Sonra yine döneyim yoruma. Üstelik tek bir harfine dokunmadan aynen aktaracağım. Şöyle idi ifadeler;
“Öncelikle yazı gerçeğe aykırı olup haber değeri taşımayınca açıklamamızın altına yapılan yorumlar da iddiaların ne kadar boş olduğunu gösterdiğinden ve yorumlar da bu aşamada sadece kuruma destek niteliğinde oluyor.
Şimdi gelelim yayınlanan 2. Yazıya. Kelime yapmaya gerek yok, ÖZ-TÜRKÇE anlatacağım.
Sanırım arkadaş ATATÜRK'ün ÖĞRETMENLERİNİ 25 Nisan'da Gelibolu Yarımadasına gelen ANZAKLARLA karıştırmış.” şekliyle kaleme alınanlara.
Hay Allah, sanki ben İngilizce anlatımı yanlış yapmışım. Dil tutmadı yine. Ne alaka ise…? Nereden çıktı ise, öğretmenlerime salladığım. Yorumun devamında;
“ İngilizce Mingilizcesaymış dökmüş. Oruçtan falan dem vurmuş. Allah kabul etsin. Lâkin çok susamış olacak ki kuru kuruya sallamış. Ne Çanakkale Boğazı kalmış ne Cebelitarık Boğazı kalmış. Sanırım yorumlardan birinde geçen müstecir lafı da azıcık dokunmuş.

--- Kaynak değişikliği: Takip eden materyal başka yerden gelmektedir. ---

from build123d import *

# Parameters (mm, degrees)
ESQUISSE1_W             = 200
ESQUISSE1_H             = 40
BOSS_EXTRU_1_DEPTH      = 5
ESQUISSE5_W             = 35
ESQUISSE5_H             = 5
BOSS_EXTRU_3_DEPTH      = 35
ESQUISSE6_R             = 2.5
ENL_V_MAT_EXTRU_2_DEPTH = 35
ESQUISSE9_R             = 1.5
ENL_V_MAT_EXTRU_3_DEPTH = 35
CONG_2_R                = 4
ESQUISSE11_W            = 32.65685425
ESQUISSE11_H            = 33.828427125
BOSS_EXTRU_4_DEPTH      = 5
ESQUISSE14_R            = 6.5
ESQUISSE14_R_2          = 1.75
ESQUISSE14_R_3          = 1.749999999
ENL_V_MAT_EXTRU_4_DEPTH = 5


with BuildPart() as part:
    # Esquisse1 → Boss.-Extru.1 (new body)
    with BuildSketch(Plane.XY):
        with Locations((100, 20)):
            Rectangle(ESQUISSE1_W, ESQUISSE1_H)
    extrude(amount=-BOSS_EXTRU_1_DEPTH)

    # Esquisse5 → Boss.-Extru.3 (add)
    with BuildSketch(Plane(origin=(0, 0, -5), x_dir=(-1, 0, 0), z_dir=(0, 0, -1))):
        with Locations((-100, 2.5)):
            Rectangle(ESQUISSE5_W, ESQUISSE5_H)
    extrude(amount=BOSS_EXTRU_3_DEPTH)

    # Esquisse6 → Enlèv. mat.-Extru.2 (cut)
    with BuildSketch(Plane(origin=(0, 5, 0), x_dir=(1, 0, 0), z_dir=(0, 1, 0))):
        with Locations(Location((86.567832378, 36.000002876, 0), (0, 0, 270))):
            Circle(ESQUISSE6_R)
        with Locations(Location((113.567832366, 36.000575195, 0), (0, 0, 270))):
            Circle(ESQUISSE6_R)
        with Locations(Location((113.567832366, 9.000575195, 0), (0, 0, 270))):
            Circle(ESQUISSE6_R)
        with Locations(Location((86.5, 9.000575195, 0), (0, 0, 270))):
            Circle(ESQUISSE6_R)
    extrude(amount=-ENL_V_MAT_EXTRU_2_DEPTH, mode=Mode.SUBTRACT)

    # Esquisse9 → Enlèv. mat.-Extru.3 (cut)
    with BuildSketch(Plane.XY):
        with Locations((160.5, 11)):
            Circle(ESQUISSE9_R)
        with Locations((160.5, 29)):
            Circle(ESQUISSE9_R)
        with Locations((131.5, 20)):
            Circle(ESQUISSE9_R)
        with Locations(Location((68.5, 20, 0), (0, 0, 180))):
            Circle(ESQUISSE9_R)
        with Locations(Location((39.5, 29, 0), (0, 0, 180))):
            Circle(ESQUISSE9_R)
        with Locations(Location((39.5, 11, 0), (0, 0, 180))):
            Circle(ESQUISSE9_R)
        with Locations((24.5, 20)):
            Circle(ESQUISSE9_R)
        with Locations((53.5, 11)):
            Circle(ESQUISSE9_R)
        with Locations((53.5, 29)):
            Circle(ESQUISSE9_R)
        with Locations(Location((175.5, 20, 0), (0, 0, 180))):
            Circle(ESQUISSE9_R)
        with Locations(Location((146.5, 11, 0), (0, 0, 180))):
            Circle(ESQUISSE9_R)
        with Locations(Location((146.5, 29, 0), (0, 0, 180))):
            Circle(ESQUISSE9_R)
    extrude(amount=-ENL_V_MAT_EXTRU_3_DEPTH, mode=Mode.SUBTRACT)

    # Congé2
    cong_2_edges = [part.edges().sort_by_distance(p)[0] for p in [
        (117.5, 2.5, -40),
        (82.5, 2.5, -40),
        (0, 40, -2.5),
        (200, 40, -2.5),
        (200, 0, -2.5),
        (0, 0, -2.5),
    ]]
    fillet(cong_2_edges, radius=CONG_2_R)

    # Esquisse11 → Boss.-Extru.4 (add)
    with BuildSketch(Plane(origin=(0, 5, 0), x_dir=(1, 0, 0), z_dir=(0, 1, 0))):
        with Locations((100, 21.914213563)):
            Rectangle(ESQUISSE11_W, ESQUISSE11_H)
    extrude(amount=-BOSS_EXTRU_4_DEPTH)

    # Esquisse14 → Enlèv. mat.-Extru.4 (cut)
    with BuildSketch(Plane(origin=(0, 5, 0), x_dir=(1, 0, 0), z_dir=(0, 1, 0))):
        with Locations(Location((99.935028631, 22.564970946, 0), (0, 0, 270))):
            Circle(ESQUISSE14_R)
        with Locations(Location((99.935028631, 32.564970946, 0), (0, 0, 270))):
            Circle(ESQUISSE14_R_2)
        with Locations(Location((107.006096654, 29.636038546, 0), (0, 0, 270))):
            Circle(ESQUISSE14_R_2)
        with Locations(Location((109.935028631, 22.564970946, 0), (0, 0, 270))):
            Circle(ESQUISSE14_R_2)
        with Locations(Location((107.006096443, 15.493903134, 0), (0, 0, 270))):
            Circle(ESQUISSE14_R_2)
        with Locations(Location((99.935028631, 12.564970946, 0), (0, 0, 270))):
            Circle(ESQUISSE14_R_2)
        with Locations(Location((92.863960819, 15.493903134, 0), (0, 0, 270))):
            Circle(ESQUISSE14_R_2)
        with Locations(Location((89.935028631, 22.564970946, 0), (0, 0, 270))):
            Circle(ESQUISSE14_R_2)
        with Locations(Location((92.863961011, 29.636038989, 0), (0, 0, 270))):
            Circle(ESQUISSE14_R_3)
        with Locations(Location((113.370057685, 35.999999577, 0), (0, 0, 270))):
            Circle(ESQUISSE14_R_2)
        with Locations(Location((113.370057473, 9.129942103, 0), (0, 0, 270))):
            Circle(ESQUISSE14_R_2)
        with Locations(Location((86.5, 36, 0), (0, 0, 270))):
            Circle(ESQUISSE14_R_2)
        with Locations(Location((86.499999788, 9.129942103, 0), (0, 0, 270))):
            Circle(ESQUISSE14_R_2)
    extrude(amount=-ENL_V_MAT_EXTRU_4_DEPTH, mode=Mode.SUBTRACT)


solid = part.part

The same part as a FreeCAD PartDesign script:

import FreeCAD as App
import Part
import Sketcher
from FreeCAD import Vector
Q = App.Units.Quantity


def edges_at(feature, points):
    """Names of the edges that pass closest to the given points."""
    edges = feature.Shape.Edges
    near = lambda p: min(range(len(edges)), key=lambda i: edges[i].distToShape(Part.Vertex(*p))[0])
    return sorted({f"Edge{near(p) + 1}" for p in points})


def add_polygon(sketch, points):
    """Adds a closed chain of lines whose ends are joined by coincident constraints."""
    first, n = sketch.GeometryCount, len(points)
    for a, b in zip(points, points[1:] + points[:1]):
        sketch.addGeometry(Part.LineSegment(App.Vector(*a, 0), App.Vector(*b, 0)), False)
    for i in range(n):
        sketch.addConstraint(Sketcher.Constraint("Coincident", first + i, 2, first + (i + 1) % n, 1))

doc = App.newDocument("Part")
body = doc.addObject("PartDesign::Body", "Body")

sketch1 = doc.addObject("Sketcher::SketchObject", "Sketch")
body.addObject(sketch1)
sketch1.AttachmentSupport = (doc.XY_Plane, [""])
sketch1.MapMode = "FlatFace"
add_polygon(sketch1, [(0, 40), (0, 0), (200, 0), (200, 40)])
sketch1.addConstraint(Sketcher.Constraint("Vertical", 0))
sketch1.addConstraint(Sketcher.Constraint("Horizontal", 1))
sketch1.addConstraint(Sketcher.Constraint("Vertical", 2))
sketch1.addConstraint(Sketcher.Constraint("Horizontal", 3))
sketch1.addConstraint(Sketcher.Constraint("Coincident", 0, 2, -1, 1))
sketch1.addConstraint(Sketcher.Constraint("DistanceX", 1, 1, 1, 2, Q("200 mm")))
sketch1.addConstraint(Sketcher.Constraint("DistanceY", 0, 2, 0, 1, Q("40 mm")))
pad1 = doc.addObject("PartDesign::Pad", "Pad")
body.addObject(pad1)
pad1.Profile = sketch1
pad1.Length = 5
pad1.Reversed = True

sketch2 = doc.addObject("Sketcher::SketchObject", "Sketch001")
body.addObject(sketch2)
sketch2.AttachmentSupport = (doc.XY_Plane, [""])
sketch2.MapMode = "FlatFace"
sketch2.AttachmentOffset = App.Placement(Vector(0, 0, -5), App.Rotation())
add_polygon(sketch2, [(118, 5), (118, 0), (82, 0), (82, 5)])
sketch2.addConstraint(Sketcher.Constraint("Vertical", 0))
sketch2.addConstraint(Sketcher.Constraint("Horizontal", 1))
sketch2.addConstraint(Sketcher.Constraint("Vertical", 2))
sketch2.addConstraint(Sketcher.Constraint("Horizontal", 3))
sketch2.addConstraint(Sketcher.Constraint("PointOnObject", 0, 2, -1))
sketch2.addConstraint(Sketcher.Constraint("DistanceX", 1, 2, 1, 1, Q("35 mm")))
sketch2.addConstraint(Sketcher.Constraint("DistanceY", 0, 2, 0, 1, Q("5 mm")))
sketch2.addConstraint(Sketcher.Constraint("DistanceX", -1, 1, 0, 2, Q("117.5 mm")))
pad2 = doc.addObject("PartDesign::Pad", "Pad001")
body.addObject(pad2)
pad2.Profile = sketch2
pad2.Length = 35
pad2.Reversed = True

sketch3 = doc.addObject("Sketcher::SketchObject", "Sketch002")
body.addObject(sketch3)
sketch3.AttachmentSupport = (doc.XZ_Plane, [""])
sketch3.MapMode = "FlatFace"
sketch3.AttachmentOffset = App.Placement(Vector(0, 0, -5), App.Rotation())
sketch3.addGeometry(Part.Circle(Vector(86.6, -36, 0), Vector(0, 0, 1), 2.5), False)
sketch3.addGeometry(Part.Circle(Vector(113.6, -36, 0), Vector(0, 0, 1), 2.5), False)
sketch3.addGeometry(Part.Circle(Vector(113.6, -9, 0), Vector(0, 0, 1), 2.5), False)
sketch3.addGeometry(Part.Circle(Vector(86.5, -9, 0), Vector(0, 0, 1), 2.5), False)
sketch3.addConstraint(Sketcher.Constraint("Equal", 0, 1))
sketch3.addConstraint(Sketcher.Constraint("Equal", 1, 2))
sketch3.addConstraint(Sketcher.Constraint("Equal", 2, 3))
sketch3.addConstraint(Sketcher.Constraint("Horizontal", 2, 3, 3, 3))
sketch3.addConstraint(Sketcher.Constraint("Vertical", 1, 3, 2, 3))
sketch3.addConstraint(Sketcher.Constraint("Diameter", 0, Q("5 mm")))
sketch3.addConstraint(Sketcher.Constraint("DistanceX", 0, 3, 1, 3, Q("27 mm")))
sketch3.addConstraint(Sketcher.Constraint("DistanceY", 1, 3, 2, 3, Q("27 mm")))
sketch3.addConstraint(Sketcher.Constraint("DistanceX", -1, 1, 3, 3, Q("86.5 mm")))
sketch3.addConstraint(Sketcher.Constraint("DistanceX", -1, 1, 0, 3, Q("86.567832 mm")))
sketch3.addConstraint(Sketcher.Constraint("DistanceY", 0, 3, -1, 1, Q("36.000003 mm")))
sketch3.addConstraint(Sketcher.Constraint("DistanceY", 1, 3, -1, 1, Q("36.000575 mm")))
pocket1 = doc.addObject("PartDesign::Pocket", "Pocket")
body.addObject(pocket1)
pocket1.Profile = sketch3
pocket1.Length = 35
pocket1.Reversed = True

sketch4 = doc.addObject("Sketcher::SketchObject", "Sketch003")
body.addObject(sketch4)
sketch4.AttachmentSupport = (doc.XY_Plane, [""])
sketch4.MapMode = "FlatFace"
sketch4.addGeometry(Part.Circle(Vector(160.5, 11, 0), Vector(0, 0, 1), 1.5), False)
sketch4.addGeometry(Part.Circle(Vector(160.5, 29, 0), Vector(0, 0, 1), 1.5), False)
sketch4.addGeometry(Part.Circle(Vector(131.5, 20, 0), Vector(0, 0, 1), 1.5), False)
sketch4.addGeometry(Part.Circle(Vector(68.5, 20, 0), Vector(0, 0, 1), 1.5), False)
sketch4.addGeometry(Part.Circle(Vector(39.5, 29, 0), Vector(0, 0, 1), 1.5), False)
sketch4.addGeometry(Part.Circle(Vector(39.5, 11, 0), Vector(0, 0, 1), 1.5), False)
sketch4.addGeometry(Part.Circle(Vector(24.5, 20, 0), Vector(0, 0, 1), 1.5), False)
sketch4.addGeometry(Part.Circle(Vector(53.5, 11, 0), Vector(0, 0, 1), 1.5), False)
sketch4.addGeometry(Part.Circle(Vector(53.5, 29, 0), Vector(0, 0, 1), 1.5), False)
sketch4.addGeometry(Part.Circle(Vector(175.5, 20, 0), Vector(0, 0, 1), 1.5), False)
sketch4.addGeometry(Part.Circle(Vector(146.5, 11, 0), Vector(0, 0, 1), 1.5), False)
sketch4.addGeometry(Part.Circle(Vector(146.5, 29, 0), Vector(0, 0, 1), 1.5), False)
sketch4.addConstraint(Sketcher.Constraint("Equal", 0, 1))
sketch4.addConstraint(Sketcher.Constraint("Equal", 1, 2))
sketch4.addConstraint(Sketcher.Constraint("Equal", 2, 3))
sketch4.addConstraint(Sketcher.Constraint("Equal", 3, 4))
sketch4.addConstraint(Sketcher.Constraint("Equal", 4, 5))
sketch4.addConstraint(Sketcher.Constraint("Equal", 5, 6))
sketch4.addConstraint(Sketcher.Constraint("Equal", 6, 7))
sketch4.addConstraint(Sketcher.Constraint("Equal", 7, 8))
sketch4.addConstraint(Sketcher.Constraint("Equal", 8, 9))
sketch4.addConstraint(Sketcher.Constraint("Equal", 9, 10))
sketch4.addConstraint(Sketcher.Constraint("Equal", 10, 11))
sketch4.addConstraint(Sketcher.Constraint("Horizontal", 2, 3, 3, 3))
sketch4.addConstraint(Sketcher.Constraint("Horizontal", 1, 3, 4, 3))
sketch4.addConstraint(Sketcher.Constraint("Horizontal", 0, 3, 5, 3))
sketch4.addConstraint(Sketcher.Constraint("Horizontal", 3, 3, 6, 3))
sketch4.addConstraint(Sketcher.Constraint("Horizontal", 5, 3, 7, 3))
sketch4.addConstraint(Sketcher.Constraint("Horizontal", 4, 3, 8, 3))
sketch4.addConstraint(Sketcher.Constraint("Horizontal", 6, 3, 9, 3))
sketch4.addConstraint(Sketcher.Constraint("Horizontal", 7, 3, 10, 3))
sketch4.addConstraint(Sketcher.Constraint("Horizontal", 8, 3, 11, 3))
sketch4.addConstraint(Sketcher.Constraint("Vertical", 0, 3, 1, 3))
sketch4.addConstraint(Sketcher.Constraint("Vertical", 4, 3, 5, 3))
sketch4.addConstraint(Sketcher.Constraint("Vertical", 7, 3, 8, 3))
sketch4.addConstraint(Sketcher.Constraint("Vertical", 10, 3, 11, 3))
sketch4.addConstraint(Sketcher.Constraint("Diameter", 0, Q("3 mm")))
sketch4.addConstraint(Sketcher.Constraint("DistanceY", -1, 1, 0, 3, Q("11 mm")))
sketch4.addConstraint(Sketcher.Constraint("DistanceY", -1, 1, 1, 3, Q("29 mm")))
sketch4.addConstraint(Sketcher.Constraint("DistanceY", -1, 1, 2, 3, Q("20 mm")))
sketch4.addConstraint(Sketcher.Constraint("DistanceX", 2, 3, 0, 3, Q("29 mm")))
sketch4.addConstraint(Sketcher.Constraint("DistanceX", 3, 3, 2, 3, Q("63 mm")))
sketch4.addConstraint(Sketcher.Constraint("DistanceX", 4, 3, 3, 3, Q("29 mm")))
sketch4.addConstraint(Sketcher.Constraint("DistanceX", 6, 3, 4, 3, Q("15 mm")))
sketch4.addConstraint(Sketcher.Constraint("DistanceX", 5, 3, 7, 3, Q("14 mm")))
sketch4.addConstraint(Sketcher.Constraint("DistanceX", 0, 3, 9, 3, Q("15 mm")))
sketch4.addConstraint(Sketcher.Constraint("DistanceX", 10, 3, 0, 3, Q("14 mm")))
sketch4.addConstraint(Sketcher.Constraint("DistanceX", -1, 1, 0, 3, Q("160.5 mm")))
pocket2 = doc.addObject("PartDesign::Pocket", "Pocket001")
body.addObject(pocket2)
pocket2.Profile = sketch4
pocket2.Length = 35
doc.recompute()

"Öğretmenler; yeni nesil, sizin eseriniz olacaktır...” MUSTAFA KEMAL ATATÜRK Yeni nesil bize emanet ama...
AYNEN böyle idi sonraki yeni yorum.
Muhtemel yenileri de gelecek bu gün. Niye ise artık…? Sonuçta kapalı kapılar, pencereler açıldı. Hem de ardına dek. Ne zaman mı? Dün…
Kapalı kapıları anlatır, manşette geçen fotoğrafı görmüş olmalı ki sayın vekil Turan, yorumunda edivermişti sözünü; “bırak şu mesleki taassubu:) görmesek inanacağız. harika manzarası ile potansiyeli çok yüksek, harika bir yer orası.”
Sanırım, son sözü kendimce yine edeceğim. Türkçe nizami, az anlama seviyesinde ise, dünya dilinde mi sorayım yine? “you understand?”